TASK DIRECTIONS
Take the data below and copy exactly the lines starting at the one with "#16=DIRECTION('',(0.,0.,1.));" and finishing at the one with "#27=EDGE_CURVE('',#25,#25,#26,.T.);", both included.

(Collected data)
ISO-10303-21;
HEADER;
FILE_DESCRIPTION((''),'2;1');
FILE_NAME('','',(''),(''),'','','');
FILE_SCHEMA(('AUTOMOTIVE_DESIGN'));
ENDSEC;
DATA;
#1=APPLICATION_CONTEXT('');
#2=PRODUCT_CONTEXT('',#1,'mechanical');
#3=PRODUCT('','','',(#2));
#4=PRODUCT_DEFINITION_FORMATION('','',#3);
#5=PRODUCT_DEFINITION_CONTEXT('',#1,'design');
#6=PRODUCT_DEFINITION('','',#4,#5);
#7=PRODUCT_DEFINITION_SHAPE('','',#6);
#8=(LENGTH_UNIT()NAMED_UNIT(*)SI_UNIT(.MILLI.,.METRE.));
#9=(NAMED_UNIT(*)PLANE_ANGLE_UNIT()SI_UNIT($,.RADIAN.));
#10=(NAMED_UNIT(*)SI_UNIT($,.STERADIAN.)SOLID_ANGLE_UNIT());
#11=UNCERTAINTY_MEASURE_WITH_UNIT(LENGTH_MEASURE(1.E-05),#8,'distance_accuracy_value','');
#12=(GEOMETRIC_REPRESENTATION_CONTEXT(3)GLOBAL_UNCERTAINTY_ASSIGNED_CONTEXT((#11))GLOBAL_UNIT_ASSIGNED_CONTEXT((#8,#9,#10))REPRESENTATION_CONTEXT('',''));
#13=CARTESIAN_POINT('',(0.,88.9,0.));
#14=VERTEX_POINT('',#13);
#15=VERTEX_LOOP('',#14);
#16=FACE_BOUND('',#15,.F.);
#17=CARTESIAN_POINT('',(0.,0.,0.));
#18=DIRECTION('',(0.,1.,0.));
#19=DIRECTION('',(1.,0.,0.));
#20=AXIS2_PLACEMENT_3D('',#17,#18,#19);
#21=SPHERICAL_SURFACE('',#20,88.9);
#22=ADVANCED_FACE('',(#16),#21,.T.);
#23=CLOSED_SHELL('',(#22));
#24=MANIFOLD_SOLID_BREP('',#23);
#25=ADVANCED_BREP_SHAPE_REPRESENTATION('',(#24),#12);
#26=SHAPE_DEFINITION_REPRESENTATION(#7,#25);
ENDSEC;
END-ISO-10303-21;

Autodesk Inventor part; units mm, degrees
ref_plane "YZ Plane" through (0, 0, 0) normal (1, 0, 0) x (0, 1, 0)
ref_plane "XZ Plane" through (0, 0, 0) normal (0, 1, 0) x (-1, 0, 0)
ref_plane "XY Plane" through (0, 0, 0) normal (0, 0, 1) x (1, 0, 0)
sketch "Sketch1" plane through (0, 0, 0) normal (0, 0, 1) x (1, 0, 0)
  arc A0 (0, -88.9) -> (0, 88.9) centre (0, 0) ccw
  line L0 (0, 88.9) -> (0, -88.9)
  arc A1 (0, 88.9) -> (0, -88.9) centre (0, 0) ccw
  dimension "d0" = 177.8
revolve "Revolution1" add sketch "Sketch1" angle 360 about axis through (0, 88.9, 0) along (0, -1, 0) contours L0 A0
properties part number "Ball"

* * *

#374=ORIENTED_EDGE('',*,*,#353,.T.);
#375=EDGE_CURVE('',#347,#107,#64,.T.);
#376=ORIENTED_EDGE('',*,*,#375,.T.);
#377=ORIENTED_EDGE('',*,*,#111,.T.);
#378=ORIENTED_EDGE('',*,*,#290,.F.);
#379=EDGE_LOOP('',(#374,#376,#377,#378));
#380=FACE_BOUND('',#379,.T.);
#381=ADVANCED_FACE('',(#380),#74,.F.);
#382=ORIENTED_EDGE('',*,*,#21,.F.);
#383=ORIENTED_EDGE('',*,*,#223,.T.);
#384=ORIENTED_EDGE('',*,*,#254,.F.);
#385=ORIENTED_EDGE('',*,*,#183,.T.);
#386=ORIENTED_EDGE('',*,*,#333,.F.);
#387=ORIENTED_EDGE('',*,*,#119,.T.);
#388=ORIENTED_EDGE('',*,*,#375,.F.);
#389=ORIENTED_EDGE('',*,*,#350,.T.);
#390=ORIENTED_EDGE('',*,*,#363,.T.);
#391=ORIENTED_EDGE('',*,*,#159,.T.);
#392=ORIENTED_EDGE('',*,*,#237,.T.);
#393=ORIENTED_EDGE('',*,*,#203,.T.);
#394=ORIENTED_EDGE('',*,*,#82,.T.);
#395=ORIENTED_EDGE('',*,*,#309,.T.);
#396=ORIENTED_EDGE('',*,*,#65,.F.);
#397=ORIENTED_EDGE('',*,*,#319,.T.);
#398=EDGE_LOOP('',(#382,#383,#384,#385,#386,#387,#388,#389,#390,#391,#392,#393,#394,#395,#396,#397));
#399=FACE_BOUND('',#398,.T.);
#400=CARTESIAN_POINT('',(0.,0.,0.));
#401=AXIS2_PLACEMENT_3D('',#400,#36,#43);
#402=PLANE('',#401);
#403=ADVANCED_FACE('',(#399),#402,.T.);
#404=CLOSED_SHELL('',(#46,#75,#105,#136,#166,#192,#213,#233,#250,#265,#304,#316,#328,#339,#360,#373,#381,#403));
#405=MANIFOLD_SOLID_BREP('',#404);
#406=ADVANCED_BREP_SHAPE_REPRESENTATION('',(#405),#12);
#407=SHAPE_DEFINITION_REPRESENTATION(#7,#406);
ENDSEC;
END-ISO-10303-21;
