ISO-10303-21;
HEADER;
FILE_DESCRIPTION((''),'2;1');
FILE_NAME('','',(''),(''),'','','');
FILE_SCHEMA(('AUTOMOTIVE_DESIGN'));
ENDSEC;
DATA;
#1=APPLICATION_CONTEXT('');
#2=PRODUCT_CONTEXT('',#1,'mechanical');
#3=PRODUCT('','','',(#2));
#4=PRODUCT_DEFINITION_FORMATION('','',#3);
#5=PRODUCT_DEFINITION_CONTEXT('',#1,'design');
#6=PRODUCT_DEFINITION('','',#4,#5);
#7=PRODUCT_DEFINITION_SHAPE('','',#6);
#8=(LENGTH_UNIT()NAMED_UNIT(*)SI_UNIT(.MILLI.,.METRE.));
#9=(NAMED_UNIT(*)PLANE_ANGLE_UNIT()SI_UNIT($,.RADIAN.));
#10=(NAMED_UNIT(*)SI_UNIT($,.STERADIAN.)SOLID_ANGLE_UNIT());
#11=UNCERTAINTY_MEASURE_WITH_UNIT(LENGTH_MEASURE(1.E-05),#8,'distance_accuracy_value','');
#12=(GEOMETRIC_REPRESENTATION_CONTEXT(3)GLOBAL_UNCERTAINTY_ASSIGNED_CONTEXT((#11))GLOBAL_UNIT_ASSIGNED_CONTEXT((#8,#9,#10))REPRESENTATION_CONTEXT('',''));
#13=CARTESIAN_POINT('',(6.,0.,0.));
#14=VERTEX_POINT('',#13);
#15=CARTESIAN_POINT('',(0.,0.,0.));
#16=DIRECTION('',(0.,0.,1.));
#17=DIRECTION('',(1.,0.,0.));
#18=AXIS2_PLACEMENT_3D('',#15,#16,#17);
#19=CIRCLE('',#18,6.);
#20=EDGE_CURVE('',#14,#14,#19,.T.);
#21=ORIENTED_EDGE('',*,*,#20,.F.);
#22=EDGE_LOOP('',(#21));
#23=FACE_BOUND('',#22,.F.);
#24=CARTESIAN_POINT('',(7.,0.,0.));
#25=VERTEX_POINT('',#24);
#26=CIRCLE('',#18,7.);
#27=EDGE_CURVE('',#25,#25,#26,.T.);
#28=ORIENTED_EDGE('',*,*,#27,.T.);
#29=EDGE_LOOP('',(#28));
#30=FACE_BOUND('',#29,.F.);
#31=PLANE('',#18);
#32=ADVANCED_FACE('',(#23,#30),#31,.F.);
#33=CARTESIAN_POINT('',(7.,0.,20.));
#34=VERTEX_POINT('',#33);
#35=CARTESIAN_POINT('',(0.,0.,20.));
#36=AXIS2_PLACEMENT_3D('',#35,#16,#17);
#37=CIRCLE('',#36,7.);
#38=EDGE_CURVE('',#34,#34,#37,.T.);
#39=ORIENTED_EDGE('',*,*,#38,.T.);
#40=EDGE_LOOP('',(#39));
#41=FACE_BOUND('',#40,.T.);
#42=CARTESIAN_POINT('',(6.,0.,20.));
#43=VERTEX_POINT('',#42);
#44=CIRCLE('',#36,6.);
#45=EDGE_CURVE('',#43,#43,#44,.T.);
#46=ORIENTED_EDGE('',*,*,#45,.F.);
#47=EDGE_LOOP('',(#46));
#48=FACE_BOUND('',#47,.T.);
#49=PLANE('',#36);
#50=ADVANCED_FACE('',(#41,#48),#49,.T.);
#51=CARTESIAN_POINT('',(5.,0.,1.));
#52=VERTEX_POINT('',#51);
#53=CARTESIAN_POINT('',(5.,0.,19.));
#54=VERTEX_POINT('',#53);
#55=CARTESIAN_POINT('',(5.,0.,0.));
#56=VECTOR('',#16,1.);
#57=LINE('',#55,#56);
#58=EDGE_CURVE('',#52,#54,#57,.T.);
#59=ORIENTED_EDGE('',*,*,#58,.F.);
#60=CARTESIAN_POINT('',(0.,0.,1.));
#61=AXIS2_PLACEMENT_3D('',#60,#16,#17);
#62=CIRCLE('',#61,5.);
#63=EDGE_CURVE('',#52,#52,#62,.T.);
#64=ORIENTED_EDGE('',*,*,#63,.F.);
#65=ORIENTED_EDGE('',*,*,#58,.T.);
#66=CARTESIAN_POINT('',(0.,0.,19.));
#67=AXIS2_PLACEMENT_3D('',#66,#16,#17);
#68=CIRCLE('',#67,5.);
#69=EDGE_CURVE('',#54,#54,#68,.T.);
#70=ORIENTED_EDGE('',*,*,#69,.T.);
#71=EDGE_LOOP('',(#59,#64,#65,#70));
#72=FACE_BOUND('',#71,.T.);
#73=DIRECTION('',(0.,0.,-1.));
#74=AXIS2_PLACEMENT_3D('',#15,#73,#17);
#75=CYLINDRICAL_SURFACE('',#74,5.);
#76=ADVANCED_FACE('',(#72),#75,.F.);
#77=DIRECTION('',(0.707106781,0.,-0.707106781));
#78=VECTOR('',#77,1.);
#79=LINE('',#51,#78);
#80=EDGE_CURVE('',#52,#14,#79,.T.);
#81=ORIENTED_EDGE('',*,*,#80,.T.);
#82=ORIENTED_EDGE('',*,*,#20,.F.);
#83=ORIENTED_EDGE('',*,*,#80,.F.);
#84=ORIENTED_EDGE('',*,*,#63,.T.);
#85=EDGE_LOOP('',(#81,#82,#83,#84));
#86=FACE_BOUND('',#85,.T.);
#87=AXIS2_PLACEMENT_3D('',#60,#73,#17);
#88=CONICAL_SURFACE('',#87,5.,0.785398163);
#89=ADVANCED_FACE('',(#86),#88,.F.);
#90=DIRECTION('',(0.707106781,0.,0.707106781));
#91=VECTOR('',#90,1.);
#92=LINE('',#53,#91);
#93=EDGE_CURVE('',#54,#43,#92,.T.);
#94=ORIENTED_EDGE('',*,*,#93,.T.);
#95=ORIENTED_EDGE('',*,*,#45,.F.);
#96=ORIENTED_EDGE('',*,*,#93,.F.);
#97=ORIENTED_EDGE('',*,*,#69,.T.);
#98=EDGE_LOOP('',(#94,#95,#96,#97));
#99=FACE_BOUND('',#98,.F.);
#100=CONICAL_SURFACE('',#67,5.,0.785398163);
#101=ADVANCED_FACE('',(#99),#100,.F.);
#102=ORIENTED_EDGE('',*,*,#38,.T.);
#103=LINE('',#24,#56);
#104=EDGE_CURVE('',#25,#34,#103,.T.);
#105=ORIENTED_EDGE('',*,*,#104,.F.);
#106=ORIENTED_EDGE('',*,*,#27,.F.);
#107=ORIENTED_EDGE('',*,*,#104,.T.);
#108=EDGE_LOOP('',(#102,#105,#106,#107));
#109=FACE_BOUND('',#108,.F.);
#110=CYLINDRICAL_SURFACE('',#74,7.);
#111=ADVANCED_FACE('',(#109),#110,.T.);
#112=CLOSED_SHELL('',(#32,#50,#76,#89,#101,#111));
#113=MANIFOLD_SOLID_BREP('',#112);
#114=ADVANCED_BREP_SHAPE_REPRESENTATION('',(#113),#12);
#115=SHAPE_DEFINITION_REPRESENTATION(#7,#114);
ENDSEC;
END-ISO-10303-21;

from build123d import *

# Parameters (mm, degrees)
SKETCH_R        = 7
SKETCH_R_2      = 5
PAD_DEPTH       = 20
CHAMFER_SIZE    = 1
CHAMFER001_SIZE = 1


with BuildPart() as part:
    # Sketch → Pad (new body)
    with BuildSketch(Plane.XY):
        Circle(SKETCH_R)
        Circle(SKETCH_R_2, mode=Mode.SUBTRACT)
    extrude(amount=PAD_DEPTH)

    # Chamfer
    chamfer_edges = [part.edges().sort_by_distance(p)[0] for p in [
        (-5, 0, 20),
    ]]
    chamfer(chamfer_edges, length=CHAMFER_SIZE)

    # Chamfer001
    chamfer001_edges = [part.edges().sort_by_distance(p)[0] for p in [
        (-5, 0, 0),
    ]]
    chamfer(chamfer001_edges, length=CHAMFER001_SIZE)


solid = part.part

EXERCISE RESULT
#16=DIRECTION('',(0.,0.,1.));
#17=DIRECTION('',(1.,0.,0.));
#18=AXIS2_PLACEMENT_3D('',#15,#16,#17);
#19=CIRCLE('',#18,6.);
#20=EDGE_CURVE('',#14,#14,#19,.T.);
#21=ORIENTED_EDGE('',*,*,#20,.F.);
#22=EDGE_LOOP('',(#21));
#23=FACE_BOUND('',#22,.F.);
#24=CARTESIAN_POINT('',(7.,0.,0.));
#25=VERTEX_POINT('',#24);
#26=CIRCLE('',#18,7.);
#27=EDGE_CURVE('',#25,#25,#26,.T.);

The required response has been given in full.